■ Raw data ■
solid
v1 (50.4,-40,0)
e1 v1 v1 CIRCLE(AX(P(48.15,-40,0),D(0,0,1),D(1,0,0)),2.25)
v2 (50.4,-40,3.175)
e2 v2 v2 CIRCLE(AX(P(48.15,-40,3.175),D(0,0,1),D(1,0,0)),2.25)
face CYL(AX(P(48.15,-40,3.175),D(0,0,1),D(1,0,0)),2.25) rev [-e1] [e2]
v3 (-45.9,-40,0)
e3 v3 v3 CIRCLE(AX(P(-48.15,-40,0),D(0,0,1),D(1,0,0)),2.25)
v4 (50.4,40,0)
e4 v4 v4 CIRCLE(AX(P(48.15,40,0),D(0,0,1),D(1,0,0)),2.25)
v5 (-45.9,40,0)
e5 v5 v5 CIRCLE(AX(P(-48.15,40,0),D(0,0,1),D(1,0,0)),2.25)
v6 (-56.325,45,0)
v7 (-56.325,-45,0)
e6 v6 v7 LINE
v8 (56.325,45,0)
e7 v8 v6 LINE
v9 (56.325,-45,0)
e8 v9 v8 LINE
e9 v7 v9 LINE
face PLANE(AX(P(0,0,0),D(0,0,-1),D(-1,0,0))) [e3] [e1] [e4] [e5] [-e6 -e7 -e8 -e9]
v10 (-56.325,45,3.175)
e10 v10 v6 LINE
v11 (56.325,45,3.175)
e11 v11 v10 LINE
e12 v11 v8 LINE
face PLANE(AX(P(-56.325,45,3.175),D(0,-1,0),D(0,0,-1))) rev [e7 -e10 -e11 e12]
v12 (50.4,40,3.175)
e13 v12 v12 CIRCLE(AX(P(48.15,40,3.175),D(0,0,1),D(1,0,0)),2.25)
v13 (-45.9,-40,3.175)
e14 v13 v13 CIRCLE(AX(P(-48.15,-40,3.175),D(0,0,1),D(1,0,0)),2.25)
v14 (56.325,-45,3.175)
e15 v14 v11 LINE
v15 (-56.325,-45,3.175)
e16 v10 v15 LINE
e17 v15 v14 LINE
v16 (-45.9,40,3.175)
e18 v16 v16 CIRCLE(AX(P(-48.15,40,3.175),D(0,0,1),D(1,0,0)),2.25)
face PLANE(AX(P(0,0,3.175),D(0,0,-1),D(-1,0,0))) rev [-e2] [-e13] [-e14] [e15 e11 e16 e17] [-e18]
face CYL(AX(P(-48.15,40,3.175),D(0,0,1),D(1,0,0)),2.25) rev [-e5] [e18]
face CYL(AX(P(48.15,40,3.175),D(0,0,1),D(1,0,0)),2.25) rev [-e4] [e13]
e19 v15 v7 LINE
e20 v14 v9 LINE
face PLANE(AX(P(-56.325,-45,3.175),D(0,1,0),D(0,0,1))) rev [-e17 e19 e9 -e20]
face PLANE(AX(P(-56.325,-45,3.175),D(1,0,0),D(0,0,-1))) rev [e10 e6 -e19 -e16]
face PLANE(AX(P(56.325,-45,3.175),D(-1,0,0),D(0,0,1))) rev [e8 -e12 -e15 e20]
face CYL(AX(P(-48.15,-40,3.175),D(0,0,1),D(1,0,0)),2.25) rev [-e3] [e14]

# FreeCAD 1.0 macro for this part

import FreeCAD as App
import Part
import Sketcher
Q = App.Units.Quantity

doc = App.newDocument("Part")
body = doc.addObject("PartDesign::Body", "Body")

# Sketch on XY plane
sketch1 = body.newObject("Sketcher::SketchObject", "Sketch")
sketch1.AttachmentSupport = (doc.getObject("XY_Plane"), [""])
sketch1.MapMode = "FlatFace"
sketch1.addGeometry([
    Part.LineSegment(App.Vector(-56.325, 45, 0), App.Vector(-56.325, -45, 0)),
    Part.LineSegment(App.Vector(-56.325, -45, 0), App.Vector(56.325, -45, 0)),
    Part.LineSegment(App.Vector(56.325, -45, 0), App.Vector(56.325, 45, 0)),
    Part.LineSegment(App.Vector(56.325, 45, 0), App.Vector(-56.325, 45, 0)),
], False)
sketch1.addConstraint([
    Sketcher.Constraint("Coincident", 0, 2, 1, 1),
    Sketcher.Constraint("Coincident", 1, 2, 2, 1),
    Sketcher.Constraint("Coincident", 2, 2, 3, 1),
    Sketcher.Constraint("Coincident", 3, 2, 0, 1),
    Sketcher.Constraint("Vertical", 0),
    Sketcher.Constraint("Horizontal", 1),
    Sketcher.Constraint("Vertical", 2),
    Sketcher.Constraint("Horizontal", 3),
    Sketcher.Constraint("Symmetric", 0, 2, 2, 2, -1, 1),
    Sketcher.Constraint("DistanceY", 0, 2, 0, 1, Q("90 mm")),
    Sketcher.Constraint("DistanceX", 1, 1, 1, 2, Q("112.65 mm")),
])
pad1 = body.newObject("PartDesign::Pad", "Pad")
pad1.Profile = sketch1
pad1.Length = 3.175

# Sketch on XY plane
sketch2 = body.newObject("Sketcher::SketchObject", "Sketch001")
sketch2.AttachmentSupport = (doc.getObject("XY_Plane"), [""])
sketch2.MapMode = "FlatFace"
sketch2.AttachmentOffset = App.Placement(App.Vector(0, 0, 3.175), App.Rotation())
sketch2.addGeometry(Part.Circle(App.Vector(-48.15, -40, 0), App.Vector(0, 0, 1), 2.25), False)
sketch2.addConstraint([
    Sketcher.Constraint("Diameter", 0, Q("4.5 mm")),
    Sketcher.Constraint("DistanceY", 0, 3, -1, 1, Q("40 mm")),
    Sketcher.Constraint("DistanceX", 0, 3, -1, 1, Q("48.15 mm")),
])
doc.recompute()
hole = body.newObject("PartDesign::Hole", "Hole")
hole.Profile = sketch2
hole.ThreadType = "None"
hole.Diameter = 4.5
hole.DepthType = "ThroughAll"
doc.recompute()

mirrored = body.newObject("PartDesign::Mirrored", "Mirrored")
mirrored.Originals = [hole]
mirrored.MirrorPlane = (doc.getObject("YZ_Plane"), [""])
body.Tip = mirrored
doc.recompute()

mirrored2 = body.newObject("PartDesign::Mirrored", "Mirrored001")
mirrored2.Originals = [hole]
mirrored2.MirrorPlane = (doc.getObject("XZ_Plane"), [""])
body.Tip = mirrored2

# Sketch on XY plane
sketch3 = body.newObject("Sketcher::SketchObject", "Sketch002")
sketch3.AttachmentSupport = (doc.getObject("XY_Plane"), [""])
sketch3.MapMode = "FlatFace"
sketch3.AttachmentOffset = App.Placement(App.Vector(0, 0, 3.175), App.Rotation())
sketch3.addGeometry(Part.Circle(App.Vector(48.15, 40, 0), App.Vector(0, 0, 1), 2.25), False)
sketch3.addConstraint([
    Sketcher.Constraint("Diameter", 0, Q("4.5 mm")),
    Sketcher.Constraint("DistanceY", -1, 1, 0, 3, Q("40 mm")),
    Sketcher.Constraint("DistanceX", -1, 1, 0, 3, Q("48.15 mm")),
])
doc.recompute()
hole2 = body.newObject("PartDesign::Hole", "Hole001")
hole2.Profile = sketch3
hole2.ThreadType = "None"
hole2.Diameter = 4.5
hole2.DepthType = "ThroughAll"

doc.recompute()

■ To do ■
Once the line with "face CYL(AX(P(-48.15,-40,3.175),D(0,0,1),D(1,0,0)),2.25) rev" is found in the records above, print exactly that line and every line after it through the line with "# FreeCAD 1.0 macro for this part".

■ Solution to this exercise ■
face CYL(AX(P(-48.15,-40,3.175),D(0,0,1),D(1,0,0)),2.25) rev [-e3] [e14]

# FreeCAD 1.0 macro for this part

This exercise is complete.